# Problem with dental plasters



## skyos (Apr 3, 2014)

Hi everybody,

It is few months already i read this forum, and read the Hoke s book, very useful.Thanks for all

I try to find some people work already on dental plaster.

I just start to work with some refinner who have some problem with this plasters, he try already cyanuration method and AR method but only a little 10 PERCENT OF THE GOLD DISSOLVE IN THE SOLUTION> (he knows the quantity of gold because he made many analysis already from japan, usa, canada....) and send everytime the "juice" at the spectrophotometry lab for know results.

For the cyanuration :

I looking already about the "Sulfate Calcium" (plasters) and believe maybe the pH of his solution when he had cyanure is acid...but no... he had enough sodium hydroxyde and he can kept the pH very high ( test with pH paper).
Only 10 percents of the gold is dissolved

Try the AR method :

same probleme, only 10 percents of the gold is in the solution


I need to say you he is refinners for more than 15 years already and the cyanuration method and AR method is good for all the other stuff he have to refinn but only plasters make problems...

If somebody used to work on this material and can helping us with some advices, he will be welcome

Thank you to everybody

PS : i want to apologize for my poor english language and for all my mistakes, i m french speaker. Best regards


----------



## nickvc (Apr 3, 2014)

I'm sure one of us can help but I'm at a loss to know what a dental platter is I'm afraid.
Can you post pictures of the material your working with, if so that will help with answering or at least trying to answer your questions.


----------



## skyos (Apr 3, 2014)

Thank you for read my post and try to helping me,

i will post pictures asap, i need to go visit him soon, may be beginning of next week.

He explain me, and i saw it :

it s a hollow mould with the tooth print inside, then they put some fusion metal inside and make turn this mould on itself in order that the metal cover all the face inside the mould.

After, i think the dentist can fix this "false tooth" top of the true tooth ???? 

So, all the stuff come at the factory as split up little cylinders in plaster with the form of the tooth inside.

We make really thin powder of this, and process it with the chemicals.


----------



## skyos (Apr 3, 2014)

i just find this video on youtube : http://www.youtube.com/watch?v=5q_HMeZX3Mg


this is this kind of plasters fragments i have with precious metals inside

Exactly in the same :lol:


----------



## nickvc (Apr 3, 2014)

Is your friend just getting powders or metals or a mix of both?
Has he assayed the incoming metals not just for Au but other values such as Pt and Ag and for any other base metals which can cause problems, the suppliers of the metals should know the alloys they are using so ask them for the make up.
Has he tried inquarting the material to remove any silver and base metals with nitric this should improve his chances of recovering all the gold.


----------



## skyos (Apr 3, 2014)

My friend have several tons of the platter fragments only.

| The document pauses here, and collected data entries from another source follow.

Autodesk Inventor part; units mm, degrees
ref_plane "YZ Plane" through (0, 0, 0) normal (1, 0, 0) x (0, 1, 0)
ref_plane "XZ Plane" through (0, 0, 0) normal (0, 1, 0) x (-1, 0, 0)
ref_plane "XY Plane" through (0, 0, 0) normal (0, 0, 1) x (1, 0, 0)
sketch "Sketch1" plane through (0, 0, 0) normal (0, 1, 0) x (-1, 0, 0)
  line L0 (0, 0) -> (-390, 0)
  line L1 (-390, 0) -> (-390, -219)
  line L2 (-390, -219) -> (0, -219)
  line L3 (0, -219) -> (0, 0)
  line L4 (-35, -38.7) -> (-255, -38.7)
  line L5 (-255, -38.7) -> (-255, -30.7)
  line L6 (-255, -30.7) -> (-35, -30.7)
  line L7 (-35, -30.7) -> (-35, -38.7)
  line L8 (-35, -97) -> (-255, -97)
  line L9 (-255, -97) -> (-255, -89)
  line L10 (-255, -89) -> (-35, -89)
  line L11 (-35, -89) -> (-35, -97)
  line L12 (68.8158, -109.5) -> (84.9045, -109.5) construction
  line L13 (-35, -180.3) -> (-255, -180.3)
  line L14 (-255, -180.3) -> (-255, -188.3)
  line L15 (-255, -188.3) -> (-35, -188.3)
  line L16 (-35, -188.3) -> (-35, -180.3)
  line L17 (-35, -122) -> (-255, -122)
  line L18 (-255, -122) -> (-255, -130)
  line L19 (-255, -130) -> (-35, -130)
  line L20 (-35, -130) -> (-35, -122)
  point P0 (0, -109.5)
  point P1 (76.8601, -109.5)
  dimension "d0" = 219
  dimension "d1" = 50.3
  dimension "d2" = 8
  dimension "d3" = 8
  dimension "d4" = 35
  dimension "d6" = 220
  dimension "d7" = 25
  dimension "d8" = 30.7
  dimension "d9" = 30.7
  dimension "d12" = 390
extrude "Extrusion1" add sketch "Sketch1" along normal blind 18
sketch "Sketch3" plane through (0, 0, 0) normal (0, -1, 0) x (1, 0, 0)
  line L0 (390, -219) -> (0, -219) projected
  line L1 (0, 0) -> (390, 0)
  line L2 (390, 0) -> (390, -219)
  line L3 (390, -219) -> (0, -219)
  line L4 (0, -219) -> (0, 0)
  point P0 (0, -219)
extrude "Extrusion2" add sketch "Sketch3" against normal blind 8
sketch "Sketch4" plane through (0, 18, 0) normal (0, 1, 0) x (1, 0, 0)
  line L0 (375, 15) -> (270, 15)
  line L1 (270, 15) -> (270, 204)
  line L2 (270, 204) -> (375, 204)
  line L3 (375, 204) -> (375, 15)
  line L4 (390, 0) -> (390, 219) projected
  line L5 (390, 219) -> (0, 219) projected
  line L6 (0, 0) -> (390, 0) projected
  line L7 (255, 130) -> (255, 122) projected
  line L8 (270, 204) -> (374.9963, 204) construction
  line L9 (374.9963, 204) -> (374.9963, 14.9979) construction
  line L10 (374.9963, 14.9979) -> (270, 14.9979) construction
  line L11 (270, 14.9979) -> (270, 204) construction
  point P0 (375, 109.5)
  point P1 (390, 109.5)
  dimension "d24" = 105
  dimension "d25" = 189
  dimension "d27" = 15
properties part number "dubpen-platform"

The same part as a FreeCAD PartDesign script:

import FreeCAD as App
import Part
import Sketcher

V = App.Vector


def add_polygon(sketch, points):
    """Adds a closed chain of lines whose ends are joined by coincident constraints."""
    first, n = sketch.GeometryCount, len(points)
    for a, b in zip(points, points[1:] + points[:1]):
        sketch.addGeometry(Part.LineSegment(App.Vector(*a, 0), App.Vector(*b, 0)), False)
    for i in range(n):
        sketch.addConstraint(Sketcher.Constraint("Coincident", first + i, 2, first + (i + 1) % n, 1))

doc = App.newDocument("Part")
body = doc.addObject("PartDesign::Body", "Body")

# Sketch on XZ plane
sketch1 = doc.addObject("Sketcher::SketchObject", "Sketch")
body.addObject(sketch1)
sketch1.AttachmentSupport = (doc.XZ_Plane, [""])
sketch1.MapMode = "FlatFace"
add_polygon(sketch1, [(0, -219), (0, 0), (390, 0), (390, -219)])  # lines 0-3
add_polygon(sketch1, [(255, -180.3), (35, -180.3), (35, -188.3), (255, -188.3)])  # lines 4-7
add_polygon(sketch1, [(255, -122), (35, -122), (35, -130), (255, -130)])  # lines 8-11
add_polygon(sketch1, [(35, -89), (35, -97), (255, -97), (255, -89)])  # lines 12-15
add_polygon(sketch1, [(35, -30.7), (35, -38.7), (255, -38.7), (255, -30.7)])  # lines 16-19
sketch1.addConstraint([
    Sketcher.Constraint("Vertical", 0),
    Sketcher.Constraint("Horizontal", 1),
    Sketcher.Constraint("Vertical", 2),
    Sketcher.Constraint("Horizontal", 3),
    Sketcher.Constraint("Horizontal", 4),
    Sketcher.Constraint("Vertical", 5),
    Sketcher.Constraint("Horizontal", 6),
    Sketcher.Constraint("Vertical", 7),
    Sketcher.Constraint("Horizontal", 8),
    Sketcher.Constraint("Vertical", 9),
    Sketcher.Constraint("Horizontal", 10),
    Sketcher.Constraint("Vertical", 11),
    Sketcher.Constraint("Vertical", 12),
    Sketcher.Constraint("Horizontal", 13),
    Sketcher.Constraint("Vertical", 14),
    Sketcher.Constraint("Horizontal", 15),
    Sketcher.Constraint("Vertical", 16),
    Sketcher.Constraint("Horizontal", 17),
    Sketcher.Constraint("Vertical", 18),
    Sketcher.Constraint("Horizontal", 19),
    Sketcher.Constraint("Coincident", 0, 2, -1, 1),
    Sketcher.Constraint("Vertical", 5, 2, 8, 2),
    Sketcher.Constraint("Vertical", 7, 2, 10, 2),
    Sketcher.Constraint("Vertical", 9, 2, 12, 2),
    Sketcher.Constraint("Vertical", 11, 2, 13, 2),
    Sketcher.Constraint("Vertical", 15, 2, 16, 2),
    Sketcher.Constraint("Vertical", 14, 2, 17, 2),
    Sketcher.Constraint("Equal", 7, 9),
    Sketcher.Constraint("Equal", 11, 12),
    Sketcher.Constraint("Equal", 14, 16),
    Sketcher.Constraint("DistanceX", 1, 1, 1, 2, 390.0),
    Sketcher.Constraint("DistanceX", 4, 2, 4, 1, 220.0),
    Sketcher.Constraint("DistanceY", 0, 1, 0, 2, 219.0),
    Sketcher.Constraint("DistanceY", 5, 2, 5, 1, 8.0),
    Sketcher.Constraint("DistanceX", -1, 1, 4, 2, 35.0),
    Sketcher.Constraint("DistanceY", 8, 2, 12, 2, 25.0),
    Sketcher.Constraint("DistanceY", 18, 2, -1, 1, 30.7),
    Sketcher.Constraint("DistanceY", 3, 2, 5, 2, 30.7),
    Sketcher.Constraint("DistanceY", 4, 2, 9, 2, 50.3),
])
pad1 = doc.addObject("PartDesign::Pad", "Pad")
body.addObject(pad1)
pad1.Profile = sketch1
pad1.Length = 18
pad1.Reversed = True

# Sketch on XZ plane
sketch2 = doc.addObject("Sketcher::SketchObject", "Sketch001")
body.addObject(sketch2)
sketch2.AttachmentSupport = (doc.XZ_Plane, [""])
sketch2.MapMode = "FlatFace"
add_polygon(sketch2, [(0, -219), (390, -219), (390, 0), (0, 0)])  # lines 0-3
sketch2.addConstraint([
    Sketcher.Constraint("Horizontal", 0),
    Sketcher.Constraint("Vertical", 1),
    Sketcher.Constraint("Horizontal", 2),
    Sketcher.Constraint("Vertical", 3),
    Sketcher.Constraint("Coincident", 2, 2, -1, 1),
    Sketcher.Constraint("DistanceX", 0, 1, 0, 2, 390.0),
    Sketcher.Constraint("DistanceY", 1, 1, 1, 2, 219.0),
])
pad2 = doc.addObject("PartDesign::Pad", "Pad001")
body.addObject(pad2)
pad2.Profile = sketch2
pad2.Length = 8
pad2.Reversed = True

doc.recompute()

He make analysis of this powder, and the results came back : Inside this powder, they can find, gold , silver, and maybe a few ppm of cadmiun but really a little bit. (I was thinking about the gamma rules in Chemistry about electronegativity of cadmiun and gold but i know the quantity of cadmium is so little front of quantity of gold so that cannot prevent all the reaction)

Everytime, the differents laboratory send back the same results.

He can reffine many other stuff same as gloves, plastic ground, make burning all and reffine the ashes, no have any problems.
In the same for "little link" for make gold platted jewellery inside bath etc... no problems.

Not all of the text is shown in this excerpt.